**Exercise details**
Where the records below reach the line containing "v -28.224 -2.771 -1.6", start transcribing, and end with the line containing "v -41.724 -1.121 1.656", exactly and with nothing else added.

**Supplied entries**
◆ ◆ ◆ ◆ ◆

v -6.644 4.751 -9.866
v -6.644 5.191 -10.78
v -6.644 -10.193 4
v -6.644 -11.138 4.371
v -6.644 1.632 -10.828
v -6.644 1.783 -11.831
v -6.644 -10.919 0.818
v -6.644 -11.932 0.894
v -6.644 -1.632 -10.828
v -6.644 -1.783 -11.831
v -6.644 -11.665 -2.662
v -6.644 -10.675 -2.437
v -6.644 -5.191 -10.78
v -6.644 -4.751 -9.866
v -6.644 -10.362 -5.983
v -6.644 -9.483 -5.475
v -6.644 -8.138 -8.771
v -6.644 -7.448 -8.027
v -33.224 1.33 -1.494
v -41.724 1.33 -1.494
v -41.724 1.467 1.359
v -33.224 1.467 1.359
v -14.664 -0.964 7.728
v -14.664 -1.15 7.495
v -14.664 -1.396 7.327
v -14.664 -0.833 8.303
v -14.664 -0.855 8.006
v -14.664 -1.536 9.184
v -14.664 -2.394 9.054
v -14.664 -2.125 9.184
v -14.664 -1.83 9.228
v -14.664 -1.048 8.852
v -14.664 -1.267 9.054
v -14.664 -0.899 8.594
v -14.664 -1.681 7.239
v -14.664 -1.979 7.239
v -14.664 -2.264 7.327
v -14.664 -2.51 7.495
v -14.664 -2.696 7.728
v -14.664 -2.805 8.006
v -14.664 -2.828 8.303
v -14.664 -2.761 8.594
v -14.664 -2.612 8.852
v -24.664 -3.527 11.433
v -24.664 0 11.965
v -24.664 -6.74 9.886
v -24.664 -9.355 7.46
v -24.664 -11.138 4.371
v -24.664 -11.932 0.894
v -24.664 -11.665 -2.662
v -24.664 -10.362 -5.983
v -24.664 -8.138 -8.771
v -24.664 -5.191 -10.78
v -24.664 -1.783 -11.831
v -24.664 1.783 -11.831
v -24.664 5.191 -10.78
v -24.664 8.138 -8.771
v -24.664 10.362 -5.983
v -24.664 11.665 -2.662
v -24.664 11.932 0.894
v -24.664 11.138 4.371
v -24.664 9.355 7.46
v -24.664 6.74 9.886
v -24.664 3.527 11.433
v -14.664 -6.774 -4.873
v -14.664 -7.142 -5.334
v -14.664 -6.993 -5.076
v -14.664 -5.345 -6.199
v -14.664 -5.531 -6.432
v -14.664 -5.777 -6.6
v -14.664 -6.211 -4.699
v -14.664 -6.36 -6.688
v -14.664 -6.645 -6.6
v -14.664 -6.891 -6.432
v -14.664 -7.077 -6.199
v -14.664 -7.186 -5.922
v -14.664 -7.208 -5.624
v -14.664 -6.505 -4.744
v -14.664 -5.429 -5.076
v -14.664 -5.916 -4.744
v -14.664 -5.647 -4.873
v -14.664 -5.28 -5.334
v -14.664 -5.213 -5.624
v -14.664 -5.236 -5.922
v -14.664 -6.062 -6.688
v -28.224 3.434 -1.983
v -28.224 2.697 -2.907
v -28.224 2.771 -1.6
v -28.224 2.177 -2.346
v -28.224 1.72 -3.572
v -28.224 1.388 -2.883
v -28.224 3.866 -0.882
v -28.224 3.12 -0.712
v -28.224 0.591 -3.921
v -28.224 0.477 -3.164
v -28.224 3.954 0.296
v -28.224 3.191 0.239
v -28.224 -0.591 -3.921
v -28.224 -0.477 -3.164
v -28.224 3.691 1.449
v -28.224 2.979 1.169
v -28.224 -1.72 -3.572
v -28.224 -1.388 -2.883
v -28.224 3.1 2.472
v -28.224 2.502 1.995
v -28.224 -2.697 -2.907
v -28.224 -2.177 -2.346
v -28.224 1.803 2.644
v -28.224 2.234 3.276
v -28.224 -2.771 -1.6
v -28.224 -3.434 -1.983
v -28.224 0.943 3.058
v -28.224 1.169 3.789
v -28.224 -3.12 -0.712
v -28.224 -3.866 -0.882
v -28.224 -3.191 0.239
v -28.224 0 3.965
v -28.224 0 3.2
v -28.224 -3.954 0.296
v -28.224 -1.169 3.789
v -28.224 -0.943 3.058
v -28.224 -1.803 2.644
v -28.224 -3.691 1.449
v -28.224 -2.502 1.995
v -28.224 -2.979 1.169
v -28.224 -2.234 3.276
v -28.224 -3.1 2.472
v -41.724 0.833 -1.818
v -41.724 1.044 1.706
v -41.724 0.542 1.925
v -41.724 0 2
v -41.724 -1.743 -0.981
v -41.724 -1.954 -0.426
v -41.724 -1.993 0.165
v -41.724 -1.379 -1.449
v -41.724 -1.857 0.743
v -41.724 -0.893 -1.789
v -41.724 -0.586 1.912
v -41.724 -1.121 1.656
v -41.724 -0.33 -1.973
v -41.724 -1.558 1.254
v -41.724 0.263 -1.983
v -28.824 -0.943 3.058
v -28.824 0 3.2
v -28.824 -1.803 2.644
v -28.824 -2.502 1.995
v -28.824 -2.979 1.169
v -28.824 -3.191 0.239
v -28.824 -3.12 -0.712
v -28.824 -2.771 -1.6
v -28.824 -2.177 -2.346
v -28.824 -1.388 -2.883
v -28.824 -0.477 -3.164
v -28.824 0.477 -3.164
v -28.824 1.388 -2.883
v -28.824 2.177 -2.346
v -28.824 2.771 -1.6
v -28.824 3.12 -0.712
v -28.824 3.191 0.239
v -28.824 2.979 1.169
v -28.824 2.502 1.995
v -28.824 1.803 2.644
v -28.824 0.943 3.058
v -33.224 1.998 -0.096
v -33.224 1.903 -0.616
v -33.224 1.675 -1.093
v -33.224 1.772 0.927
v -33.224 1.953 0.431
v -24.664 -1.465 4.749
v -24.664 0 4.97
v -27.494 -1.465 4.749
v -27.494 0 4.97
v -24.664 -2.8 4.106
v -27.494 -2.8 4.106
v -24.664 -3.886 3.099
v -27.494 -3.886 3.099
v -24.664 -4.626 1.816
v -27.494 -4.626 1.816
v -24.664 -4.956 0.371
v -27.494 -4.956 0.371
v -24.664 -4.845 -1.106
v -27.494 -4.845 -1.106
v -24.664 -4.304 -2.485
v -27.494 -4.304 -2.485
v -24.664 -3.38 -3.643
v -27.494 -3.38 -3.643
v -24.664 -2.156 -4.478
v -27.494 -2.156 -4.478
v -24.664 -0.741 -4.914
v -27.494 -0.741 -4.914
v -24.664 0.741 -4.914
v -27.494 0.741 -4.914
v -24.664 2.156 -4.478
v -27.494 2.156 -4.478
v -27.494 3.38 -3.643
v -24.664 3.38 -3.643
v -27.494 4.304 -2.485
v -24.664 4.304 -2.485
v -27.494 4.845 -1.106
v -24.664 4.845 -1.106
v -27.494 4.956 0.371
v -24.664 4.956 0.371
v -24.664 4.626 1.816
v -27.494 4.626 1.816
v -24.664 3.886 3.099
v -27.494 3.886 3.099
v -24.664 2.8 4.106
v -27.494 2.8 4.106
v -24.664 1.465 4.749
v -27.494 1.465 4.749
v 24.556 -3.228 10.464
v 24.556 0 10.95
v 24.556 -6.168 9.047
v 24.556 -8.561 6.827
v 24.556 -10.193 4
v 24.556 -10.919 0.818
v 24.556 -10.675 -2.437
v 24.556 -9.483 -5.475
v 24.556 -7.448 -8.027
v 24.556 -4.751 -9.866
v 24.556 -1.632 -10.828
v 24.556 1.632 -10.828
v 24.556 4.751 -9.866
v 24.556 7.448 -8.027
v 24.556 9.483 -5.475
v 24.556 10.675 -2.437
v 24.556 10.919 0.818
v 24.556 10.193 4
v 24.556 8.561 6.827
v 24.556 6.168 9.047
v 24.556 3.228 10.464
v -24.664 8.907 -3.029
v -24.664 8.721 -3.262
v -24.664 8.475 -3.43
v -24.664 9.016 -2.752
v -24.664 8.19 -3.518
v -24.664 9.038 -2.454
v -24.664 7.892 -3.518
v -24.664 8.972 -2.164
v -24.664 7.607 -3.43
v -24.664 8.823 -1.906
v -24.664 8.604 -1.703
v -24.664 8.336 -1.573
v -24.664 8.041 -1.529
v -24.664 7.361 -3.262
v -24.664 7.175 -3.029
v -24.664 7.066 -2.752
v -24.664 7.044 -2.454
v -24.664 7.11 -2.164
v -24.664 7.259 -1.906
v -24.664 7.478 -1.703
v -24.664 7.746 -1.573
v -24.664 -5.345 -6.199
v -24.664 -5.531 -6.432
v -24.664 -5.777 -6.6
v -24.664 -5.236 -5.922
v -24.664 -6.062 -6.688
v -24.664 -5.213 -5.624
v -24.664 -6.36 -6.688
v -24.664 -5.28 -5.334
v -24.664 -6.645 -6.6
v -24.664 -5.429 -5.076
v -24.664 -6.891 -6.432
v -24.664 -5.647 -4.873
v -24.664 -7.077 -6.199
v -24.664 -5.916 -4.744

◆ ◆ ◆ ◆ ◆

**Solution for this problem**
v -28.224 -2.771 -1.6
v -28.224 -3.434 -1.983
v -28.224 0.943 3.058
v -28.224 1.169 3.789
v -28.224 -3.12 -0.712
v -28.224 -3.866 -0.882
v -28.224 -3.191 0.239
v -28.224 0 3.965
v -28.224 0 3.2
v -28.224 -3.954 0.296
v -28.224 -1.169 3.789
v -28.224 -0.943 3.058
v -28.224 -1.803 2.644
v -28.224 -3.691 1.449
v -28.224 -2.502 1.995
v -28.224 -2.979 1.169
v -28.224 -2.234 3.276
v -28.224 -3.1 2.472
v -41.724 0.833 -1.818
v -41.724 1.044 1.706
v -41.724 0.542 1.925
v -41.724 0 2
v -41.724 -1.743 -0.981
v -41.724 -1.954 -0.426
v -41.724 -1.993 0.165
v -41.724 -1.379 -1.449
v -41.724 -1.857 0.743
v -41.724 -0.893 -1.789
v -41.724 -0.586 1.912
v -41.724 -1.121 1.656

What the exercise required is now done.